Shell’s return to Gabon: a cautious welcome or a risky bet?

Last Tuesday, Shell and Gabon’s Ministry of Petroleum signed a memorandum of understanding. For many analysts, this signature sends a strong signal about the country’s attractiveness for offshore oil. The British giant follows in the footsteps of two other majors. Less than a year ago, ExxonMobil and BP had already shown interest in deepwater oil zones. This suggests that Gabon is once again becoming a promising destination for big oil companies. However, a closer look tempers the general enthusiasm.

This document is merely a declaration of intent, not a firm commitment. There is still a very long road ahead before any actual oil extraction and sales can begin. Shell could later change its mind: if exploration results are poor, if oil prices drop, or if it finds a more profitable country elsewhere, it can walk away without any penalty. This is not the first time Gabon and the British company have intertwined destinies. Shell was already present, then left Gabon in 2017 and permanently in 2019. If it returns today, it is primarily because it suits its own strategy, not to do Gabon a favour.

And it is precisely on this point that the government holds a slight position of strength.
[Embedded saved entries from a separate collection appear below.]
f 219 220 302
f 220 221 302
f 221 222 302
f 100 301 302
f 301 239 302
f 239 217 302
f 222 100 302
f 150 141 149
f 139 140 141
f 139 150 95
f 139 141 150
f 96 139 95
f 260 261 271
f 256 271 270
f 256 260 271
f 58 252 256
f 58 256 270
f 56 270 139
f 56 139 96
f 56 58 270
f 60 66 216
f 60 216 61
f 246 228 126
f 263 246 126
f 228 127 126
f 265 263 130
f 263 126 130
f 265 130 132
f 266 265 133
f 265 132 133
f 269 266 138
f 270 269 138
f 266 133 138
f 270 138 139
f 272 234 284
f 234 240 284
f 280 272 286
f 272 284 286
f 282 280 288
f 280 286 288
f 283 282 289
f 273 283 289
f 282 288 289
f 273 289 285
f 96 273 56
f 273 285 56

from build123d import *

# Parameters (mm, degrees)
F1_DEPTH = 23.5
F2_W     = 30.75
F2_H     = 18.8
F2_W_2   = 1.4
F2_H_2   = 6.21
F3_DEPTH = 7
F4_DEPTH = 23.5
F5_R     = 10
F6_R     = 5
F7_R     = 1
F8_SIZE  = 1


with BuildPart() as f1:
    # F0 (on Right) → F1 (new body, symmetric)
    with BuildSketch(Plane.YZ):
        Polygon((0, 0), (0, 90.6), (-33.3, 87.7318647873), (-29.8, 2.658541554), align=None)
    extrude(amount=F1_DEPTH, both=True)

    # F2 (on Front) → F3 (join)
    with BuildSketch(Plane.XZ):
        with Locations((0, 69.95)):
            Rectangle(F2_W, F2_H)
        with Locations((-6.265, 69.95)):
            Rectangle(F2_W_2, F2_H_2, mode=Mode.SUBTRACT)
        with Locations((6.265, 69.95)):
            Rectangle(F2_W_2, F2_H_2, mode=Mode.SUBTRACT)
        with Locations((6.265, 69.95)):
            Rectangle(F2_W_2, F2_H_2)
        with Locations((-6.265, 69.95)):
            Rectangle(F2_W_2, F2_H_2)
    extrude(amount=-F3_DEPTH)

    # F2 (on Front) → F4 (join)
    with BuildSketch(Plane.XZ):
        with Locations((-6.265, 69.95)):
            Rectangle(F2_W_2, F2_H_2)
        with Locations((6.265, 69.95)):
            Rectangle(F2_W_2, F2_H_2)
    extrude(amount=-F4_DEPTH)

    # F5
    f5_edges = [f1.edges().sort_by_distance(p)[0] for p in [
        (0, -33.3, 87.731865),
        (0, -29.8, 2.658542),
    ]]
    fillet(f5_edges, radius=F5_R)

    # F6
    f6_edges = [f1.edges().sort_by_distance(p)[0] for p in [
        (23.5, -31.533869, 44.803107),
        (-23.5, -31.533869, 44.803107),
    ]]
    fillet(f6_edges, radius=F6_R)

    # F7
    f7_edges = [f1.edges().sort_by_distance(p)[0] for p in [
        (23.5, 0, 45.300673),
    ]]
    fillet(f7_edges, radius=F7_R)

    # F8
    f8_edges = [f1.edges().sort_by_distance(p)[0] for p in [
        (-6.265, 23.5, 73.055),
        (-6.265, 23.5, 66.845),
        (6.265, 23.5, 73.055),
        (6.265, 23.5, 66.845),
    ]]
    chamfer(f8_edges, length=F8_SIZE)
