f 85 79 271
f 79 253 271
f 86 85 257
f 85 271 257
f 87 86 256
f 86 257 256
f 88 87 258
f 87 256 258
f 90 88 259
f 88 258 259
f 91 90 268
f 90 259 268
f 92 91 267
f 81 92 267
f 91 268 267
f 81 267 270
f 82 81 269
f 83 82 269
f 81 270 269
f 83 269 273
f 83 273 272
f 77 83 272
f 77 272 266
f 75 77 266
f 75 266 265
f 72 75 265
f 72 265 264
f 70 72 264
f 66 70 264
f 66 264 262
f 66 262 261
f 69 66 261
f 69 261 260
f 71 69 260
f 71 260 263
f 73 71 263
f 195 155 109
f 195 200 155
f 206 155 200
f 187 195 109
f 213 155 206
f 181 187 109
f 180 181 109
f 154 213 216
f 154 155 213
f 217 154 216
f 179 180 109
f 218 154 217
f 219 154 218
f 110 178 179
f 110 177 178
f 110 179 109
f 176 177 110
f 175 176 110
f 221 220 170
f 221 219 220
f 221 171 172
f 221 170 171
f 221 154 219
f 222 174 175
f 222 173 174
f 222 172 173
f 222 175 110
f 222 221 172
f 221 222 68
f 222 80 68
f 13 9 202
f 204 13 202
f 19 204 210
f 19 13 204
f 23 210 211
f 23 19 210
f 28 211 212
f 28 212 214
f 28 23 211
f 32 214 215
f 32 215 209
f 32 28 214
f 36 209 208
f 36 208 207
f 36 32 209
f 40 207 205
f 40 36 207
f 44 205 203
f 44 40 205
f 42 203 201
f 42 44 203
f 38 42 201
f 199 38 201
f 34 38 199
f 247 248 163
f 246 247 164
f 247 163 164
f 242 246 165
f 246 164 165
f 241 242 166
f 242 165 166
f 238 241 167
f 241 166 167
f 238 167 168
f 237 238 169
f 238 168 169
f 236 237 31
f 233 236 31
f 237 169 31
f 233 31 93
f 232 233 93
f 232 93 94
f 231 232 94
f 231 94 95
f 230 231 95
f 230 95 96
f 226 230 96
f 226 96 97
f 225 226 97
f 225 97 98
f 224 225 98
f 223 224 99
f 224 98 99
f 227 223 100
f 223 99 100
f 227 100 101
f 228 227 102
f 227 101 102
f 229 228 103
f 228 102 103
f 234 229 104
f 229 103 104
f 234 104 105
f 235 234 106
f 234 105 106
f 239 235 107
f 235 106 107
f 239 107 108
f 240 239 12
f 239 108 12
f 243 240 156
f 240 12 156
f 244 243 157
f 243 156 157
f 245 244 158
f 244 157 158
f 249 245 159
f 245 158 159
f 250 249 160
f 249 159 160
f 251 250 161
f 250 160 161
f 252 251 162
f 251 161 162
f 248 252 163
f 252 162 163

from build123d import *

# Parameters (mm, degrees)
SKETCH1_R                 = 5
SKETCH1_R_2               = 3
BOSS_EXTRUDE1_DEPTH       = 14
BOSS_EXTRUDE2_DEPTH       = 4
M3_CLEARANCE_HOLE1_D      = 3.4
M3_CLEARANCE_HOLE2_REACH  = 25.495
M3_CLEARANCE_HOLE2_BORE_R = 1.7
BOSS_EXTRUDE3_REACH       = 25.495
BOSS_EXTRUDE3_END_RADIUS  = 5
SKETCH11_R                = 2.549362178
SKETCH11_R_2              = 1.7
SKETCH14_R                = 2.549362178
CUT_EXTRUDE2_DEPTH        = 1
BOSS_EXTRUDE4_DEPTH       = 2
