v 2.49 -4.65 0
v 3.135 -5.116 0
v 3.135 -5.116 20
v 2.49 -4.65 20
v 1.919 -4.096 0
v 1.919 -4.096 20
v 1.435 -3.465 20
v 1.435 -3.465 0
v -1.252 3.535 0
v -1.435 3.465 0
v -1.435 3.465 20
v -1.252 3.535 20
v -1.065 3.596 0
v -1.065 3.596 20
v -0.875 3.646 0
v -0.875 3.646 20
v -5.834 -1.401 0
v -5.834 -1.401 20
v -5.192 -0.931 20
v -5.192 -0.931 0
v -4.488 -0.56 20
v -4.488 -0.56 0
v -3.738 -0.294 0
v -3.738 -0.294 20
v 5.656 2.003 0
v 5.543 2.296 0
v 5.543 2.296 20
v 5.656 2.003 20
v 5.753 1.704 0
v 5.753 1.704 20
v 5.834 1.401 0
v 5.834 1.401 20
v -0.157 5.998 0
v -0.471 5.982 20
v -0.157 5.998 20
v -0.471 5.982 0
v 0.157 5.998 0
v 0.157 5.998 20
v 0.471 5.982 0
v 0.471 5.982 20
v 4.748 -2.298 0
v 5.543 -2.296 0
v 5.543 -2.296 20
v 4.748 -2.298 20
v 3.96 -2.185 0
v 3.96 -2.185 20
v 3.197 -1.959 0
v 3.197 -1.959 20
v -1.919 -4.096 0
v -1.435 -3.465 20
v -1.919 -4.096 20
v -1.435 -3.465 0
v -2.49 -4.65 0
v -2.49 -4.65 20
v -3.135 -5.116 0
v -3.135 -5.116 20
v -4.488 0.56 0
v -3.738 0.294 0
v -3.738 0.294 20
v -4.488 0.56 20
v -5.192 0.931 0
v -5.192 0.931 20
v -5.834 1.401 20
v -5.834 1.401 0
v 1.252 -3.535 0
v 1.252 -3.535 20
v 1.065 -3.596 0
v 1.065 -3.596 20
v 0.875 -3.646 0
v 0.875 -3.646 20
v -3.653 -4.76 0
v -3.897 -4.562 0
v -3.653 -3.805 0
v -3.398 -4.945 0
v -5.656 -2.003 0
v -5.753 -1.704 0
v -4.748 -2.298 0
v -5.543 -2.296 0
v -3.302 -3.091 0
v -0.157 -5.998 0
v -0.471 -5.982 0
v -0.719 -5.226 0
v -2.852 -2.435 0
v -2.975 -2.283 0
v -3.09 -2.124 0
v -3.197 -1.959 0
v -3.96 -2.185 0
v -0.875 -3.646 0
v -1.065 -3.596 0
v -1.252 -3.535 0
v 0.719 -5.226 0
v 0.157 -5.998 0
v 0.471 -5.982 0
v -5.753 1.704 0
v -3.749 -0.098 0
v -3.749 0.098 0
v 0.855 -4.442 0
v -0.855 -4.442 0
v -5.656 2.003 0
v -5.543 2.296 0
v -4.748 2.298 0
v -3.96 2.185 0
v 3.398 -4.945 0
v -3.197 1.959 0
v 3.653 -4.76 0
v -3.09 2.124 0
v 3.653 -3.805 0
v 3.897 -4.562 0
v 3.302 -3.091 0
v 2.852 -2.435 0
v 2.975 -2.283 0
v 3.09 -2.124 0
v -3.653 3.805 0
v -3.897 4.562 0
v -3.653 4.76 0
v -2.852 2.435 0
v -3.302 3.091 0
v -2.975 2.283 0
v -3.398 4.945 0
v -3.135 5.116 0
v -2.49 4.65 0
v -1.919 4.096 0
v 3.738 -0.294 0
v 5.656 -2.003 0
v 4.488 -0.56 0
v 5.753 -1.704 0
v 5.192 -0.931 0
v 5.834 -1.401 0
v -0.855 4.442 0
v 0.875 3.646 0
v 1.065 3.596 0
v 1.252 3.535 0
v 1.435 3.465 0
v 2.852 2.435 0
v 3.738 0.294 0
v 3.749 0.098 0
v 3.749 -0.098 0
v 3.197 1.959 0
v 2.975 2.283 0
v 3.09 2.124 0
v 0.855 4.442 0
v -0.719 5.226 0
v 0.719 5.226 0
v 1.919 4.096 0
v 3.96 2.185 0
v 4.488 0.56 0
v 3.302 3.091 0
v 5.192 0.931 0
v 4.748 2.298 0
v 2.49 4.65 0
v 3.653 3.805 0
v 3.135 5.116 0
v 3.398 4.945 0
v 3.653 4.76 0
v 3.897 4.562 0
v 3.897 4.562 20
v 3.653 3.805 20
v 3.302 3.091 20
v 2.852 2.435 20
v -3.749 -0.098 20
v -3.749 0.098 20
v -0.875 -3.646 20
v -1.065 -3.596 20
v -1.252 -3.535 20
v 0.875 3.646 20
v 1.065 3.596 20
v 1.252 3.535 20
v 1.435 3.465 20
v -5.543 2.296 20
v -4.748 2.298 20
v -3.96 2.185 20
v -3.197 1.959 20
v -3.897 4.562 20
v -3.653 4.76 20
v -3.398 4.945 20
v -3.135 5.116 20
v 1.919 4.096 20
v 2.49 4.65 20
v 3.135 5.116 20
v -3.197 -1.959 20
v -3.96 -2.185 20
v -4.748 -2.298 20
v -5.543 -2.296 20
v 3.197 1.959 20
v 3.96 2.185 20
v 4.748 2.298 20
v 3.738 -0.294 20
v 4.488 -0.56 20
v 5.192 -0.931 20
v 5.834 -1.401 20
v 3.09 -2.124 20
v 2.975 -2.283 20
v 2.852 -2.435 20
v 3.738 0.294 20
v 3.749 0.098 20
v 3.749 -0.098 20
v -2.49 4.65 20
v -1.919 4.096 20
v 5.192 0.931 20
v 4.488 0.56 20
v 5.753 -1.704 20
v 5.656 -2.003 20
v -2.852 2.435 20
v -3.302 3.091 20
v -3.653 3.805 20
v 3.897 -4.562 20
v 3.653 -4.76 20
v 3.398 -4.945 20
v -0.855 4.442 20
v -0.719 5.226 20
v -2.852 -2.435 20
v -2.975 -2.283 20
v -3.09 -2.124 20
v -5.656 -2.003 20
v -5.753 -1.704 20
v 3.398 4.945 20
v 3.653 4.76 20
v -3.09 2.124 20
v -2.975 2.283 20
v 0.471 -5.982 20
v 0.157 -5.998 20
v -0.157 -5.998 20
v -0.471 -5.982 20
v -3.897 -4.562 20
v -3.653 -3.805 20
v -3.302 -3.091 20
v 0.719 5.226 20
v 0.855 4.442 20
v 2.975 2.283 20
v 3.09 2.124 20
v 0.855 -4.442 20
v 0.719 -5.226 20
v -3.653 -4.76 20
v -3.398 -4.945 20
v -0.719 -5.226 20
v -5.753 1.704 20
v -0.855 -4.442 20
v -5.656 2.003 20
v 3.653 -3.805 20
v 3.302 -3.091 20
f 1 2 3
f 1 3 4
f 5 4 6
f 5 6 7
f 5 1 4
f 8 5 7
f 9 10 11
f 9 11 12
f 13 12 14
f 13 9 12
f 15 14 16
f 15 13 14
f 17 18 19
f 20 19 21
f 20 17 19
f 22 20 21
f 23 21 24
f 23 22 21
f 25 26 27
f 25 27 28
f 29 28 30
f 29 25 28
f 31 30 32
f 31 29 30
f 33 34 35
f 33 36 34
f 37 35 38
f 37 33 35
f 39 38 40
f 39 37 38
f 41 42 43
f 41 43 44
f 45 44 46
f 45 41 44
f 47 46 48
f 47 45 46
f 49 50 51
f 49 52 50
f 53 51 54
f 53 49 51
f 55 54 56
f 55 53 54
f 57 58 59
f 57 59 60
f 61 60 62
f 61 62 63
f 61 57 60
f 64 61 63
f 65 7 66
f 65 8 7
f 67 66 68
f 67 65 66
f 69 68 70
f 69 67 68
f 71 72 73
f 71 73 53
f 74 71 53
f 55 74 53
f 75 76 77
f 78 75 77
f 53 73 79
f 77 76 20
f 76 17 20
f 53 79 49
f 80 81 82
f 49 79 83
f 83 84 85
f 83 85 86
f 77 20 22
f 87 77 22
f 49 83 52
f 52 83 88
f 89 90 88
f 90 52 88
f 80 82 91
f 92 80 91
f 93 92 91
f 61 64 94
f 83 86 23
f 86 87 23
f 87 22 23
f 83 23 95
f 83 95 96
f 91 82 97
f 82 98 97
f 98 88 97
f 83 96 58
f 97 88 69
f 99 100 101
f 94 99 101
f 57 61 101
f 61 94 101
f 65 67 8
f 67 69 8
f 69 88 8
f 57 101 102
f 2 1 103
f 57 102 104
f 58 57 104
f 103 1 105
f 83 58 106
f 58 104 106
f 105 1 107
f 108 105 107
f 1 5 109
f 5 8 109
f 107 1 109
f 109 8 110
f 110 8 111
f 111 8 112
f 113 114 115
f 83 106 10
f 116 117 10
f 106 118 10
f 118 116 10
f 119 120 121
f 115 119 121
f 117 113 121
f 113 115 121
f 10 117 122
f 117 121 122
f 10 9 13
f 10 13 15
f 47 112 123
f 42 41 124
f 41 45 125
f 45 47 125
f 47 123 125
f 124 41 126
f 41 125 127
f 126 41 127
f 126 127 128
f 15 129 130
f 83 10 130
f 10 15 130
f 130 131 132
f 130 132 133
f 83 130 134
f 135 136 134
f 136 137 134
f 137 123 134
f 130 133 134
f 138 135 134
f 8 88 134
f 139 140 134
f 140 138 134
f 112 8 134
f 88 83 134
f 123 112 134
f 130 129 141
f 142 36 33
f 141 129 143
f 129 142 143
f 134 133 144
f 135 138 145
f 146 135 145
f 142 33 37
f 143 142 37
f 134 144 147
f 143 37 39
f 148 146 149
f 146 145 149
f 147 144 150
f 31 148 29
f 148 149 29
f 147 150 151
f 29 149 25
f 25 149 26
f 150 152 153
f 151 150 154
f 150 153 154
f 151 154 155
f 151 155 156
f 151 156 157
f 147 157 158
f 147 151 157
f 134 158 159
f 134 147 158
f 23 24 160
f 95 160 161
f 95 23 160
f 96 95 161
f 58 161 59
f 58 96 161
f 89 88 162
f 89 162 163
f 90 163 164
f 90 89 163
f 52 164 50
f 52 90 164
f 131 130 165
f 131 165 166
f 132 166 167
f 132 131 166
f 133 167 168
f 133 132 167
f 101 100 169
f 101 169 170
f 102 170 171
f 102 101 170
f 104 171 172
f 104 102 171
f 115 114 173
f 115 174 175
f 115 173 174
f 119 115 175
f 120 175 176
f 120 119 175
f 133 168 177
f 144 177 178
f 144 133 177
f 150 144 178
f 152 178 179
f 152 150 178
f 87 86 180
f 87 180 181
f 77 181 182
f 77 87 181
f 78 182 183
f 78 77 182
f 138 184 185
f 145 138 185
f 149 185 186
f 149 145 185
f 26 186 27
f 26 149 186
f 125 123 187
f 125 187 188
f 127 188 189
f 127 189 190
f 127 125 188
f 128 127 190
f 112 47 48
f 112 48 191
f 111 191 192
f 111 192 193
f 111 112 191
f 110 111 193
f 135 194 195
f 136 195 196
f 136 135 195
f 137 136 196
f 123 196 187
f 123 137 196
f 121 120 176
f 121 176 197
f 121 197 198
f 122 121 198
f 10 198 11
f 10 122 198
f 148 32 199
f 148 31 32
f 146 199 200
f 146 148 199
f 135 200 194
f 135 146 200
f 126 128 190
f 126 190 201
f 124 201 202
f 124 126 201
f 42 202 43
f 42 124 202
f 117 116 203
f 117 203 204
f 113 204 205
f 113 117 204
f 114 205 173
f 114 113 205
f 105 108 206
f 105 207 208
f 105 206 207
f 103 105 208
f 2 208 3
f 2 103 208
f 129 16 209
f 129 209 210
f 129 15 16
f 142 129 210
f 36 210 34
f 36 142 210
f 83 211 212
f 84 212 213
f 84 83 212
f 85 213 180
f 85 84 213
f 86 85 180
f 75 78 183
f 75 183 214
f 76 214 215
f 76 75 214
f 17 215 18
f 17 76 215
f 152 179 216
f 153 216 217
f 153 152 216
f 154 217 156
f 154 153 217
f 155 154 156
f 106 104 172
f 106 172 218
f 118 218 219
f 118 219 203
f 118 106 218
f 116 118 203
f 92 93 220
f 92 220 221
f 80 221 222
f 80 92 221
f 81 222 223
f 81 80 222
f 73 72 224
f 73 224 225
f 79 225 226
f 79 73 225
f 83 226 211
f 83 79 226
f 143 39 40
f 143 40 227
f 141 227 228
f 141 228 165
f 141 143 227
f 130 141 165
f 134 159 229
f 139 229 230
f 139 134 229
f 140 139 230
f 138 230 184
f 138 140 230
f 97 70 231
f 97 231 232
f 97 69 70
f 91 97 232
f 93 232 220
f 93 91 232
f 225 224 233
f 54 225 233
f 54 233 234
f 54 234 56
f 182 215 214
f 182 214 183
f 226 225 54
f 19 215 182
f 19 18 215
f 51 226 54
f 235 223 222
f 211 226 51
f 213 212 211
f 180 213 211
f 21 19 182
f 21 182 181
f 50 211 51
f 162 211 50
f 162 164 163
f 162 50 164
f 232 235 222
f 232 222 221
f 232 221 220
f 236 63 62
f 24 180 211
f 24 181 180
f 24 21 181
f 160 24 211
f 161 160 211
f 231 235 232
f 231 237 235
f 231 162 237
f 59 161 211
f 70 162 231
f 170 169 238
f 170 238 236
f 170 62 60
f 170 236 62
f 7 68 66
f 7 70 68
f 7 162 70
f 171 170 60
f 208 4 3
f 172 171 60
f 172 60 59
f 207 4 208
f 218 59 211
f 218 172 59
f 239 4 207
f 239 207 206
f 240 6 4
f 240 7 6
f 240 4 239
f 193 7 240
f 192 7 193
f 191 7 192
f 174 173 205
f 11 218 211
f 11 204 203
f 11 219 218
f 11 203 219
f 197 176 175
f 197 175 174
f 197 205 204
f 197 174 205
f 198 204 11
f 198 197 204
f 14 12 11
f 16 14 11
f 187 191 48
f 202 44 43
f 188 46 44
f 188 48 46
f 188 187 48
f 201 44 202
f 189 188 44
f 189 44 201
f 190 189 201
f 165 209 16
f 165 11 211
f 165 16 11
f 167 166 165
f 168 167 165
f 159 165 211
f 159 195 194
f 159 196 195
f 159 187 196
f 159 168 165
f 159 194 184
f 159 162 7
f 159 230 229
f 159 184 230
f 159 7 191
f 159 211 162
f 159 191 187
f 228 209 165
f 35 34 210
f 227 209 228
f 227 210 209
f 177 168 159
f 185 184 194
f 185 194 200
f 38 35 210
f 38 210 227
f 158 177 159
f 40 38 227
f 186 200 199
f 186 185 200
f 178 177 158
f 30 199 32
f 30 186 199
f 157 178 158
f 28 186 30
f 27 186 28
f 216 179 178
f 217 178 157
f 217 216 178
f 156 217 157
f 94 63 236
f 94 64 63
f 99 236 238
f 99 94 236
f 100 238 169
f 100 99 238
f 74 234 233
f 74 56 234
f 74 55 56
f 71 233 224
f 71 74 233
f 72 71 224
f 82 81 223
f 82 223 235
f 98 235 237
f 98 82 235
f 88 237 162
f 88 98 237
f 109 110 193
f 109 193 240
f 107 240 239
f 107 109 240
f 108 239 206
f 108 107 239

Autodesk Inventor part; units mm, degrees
sketch "Sketch1" plane through (0, 0, 0) normal (0, 0, 1) x (1, 0, 0)
  circle A0 centre (0, 0) radius 6
  dimension "d0" = 12
extrude "Extrusion1" add sketch "Sketch1" along normal blind 20
ref_plane "Work Plane2" through (0, 0, 10) normal (0, 0, 1) x (1, 0, 0)
sketch "Sketch2" plane through (0, 0, 0) normal (0, 0, -1) x (-1, 0, 0)
  circle A0 centre (0, 0) radius 6 projected
  circle A1 centre (0, 0) radius 5
  dimension "d3" = 10
surface extrude "Pitch Diameter" sketch "Sketch2" against normal through all shown no curves A1
ref_plane "Work Plane8" through (0, 0, 0) normal (0.9510565, 0.309017, 0) x (0, 0, 1)
ref_plane "Work Plane9" through (0, 0, 0) normal (1, 0, 0) x (0, 1, 0)
spur gear teeth "Spur Gear" teeth 10 pitch diameter 10 tip diameter 12 root diameter 7.5 face width 20 start plane through (0, 0, 0) normal (0, 0, -1) x (-1, 0, 0)
equation "\"d0\" = da_da"
equation "\"d1\" = da_b"
equation "\"d3\" = da_d"
equation "\"d16\" = da_aw"
equation "\"d43\" = da_aw"
equation "\"d46\" = da_aw"
equation "\"da_da\" = 12"
equation "\"da_b\" = 20"
equation "\"da_d\" = 10"
equation "\"da_aw\" = 7.5"
properties part number "Spur Gear1" material "Steel"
At this level, it will need to negotiate skillfully. What share of the revenue will go to the state? How many jobs and training opportunities for Gabonese citizens? And then there is the matter of management. When the money arrives, how will it be safeguarded and used to build the future, rather than spent immediately? As a reminder, it takes between seven and fifteen years before any commercial production. Budgetary and employment benefits would only become visible between 2033 and 2036 at best. Between seismic campaigns and appraisal drilling, reactivating subcontracting chains, youth employment, there is much to be done.

Gabon is not the only African country facing this situation. Angola and Nigeria have negotiated in such a way as to extract maximum benefits from this type of transaction. Cost recovery thresholds, state share based on profitability, transparency and monitoring — nothing has been left to chance. The problem is not attracting Shell; the problem is knowing under what conditions.

While its neighbours are tightening their rules to turn oil profits, especially offshore, into real development, Gabon appears to be negotiating with the same tools that led to failures over the past three decades. Shell knows this perfectly well: it signs identical MoUs everywhere. What changes is what the host country imposes later.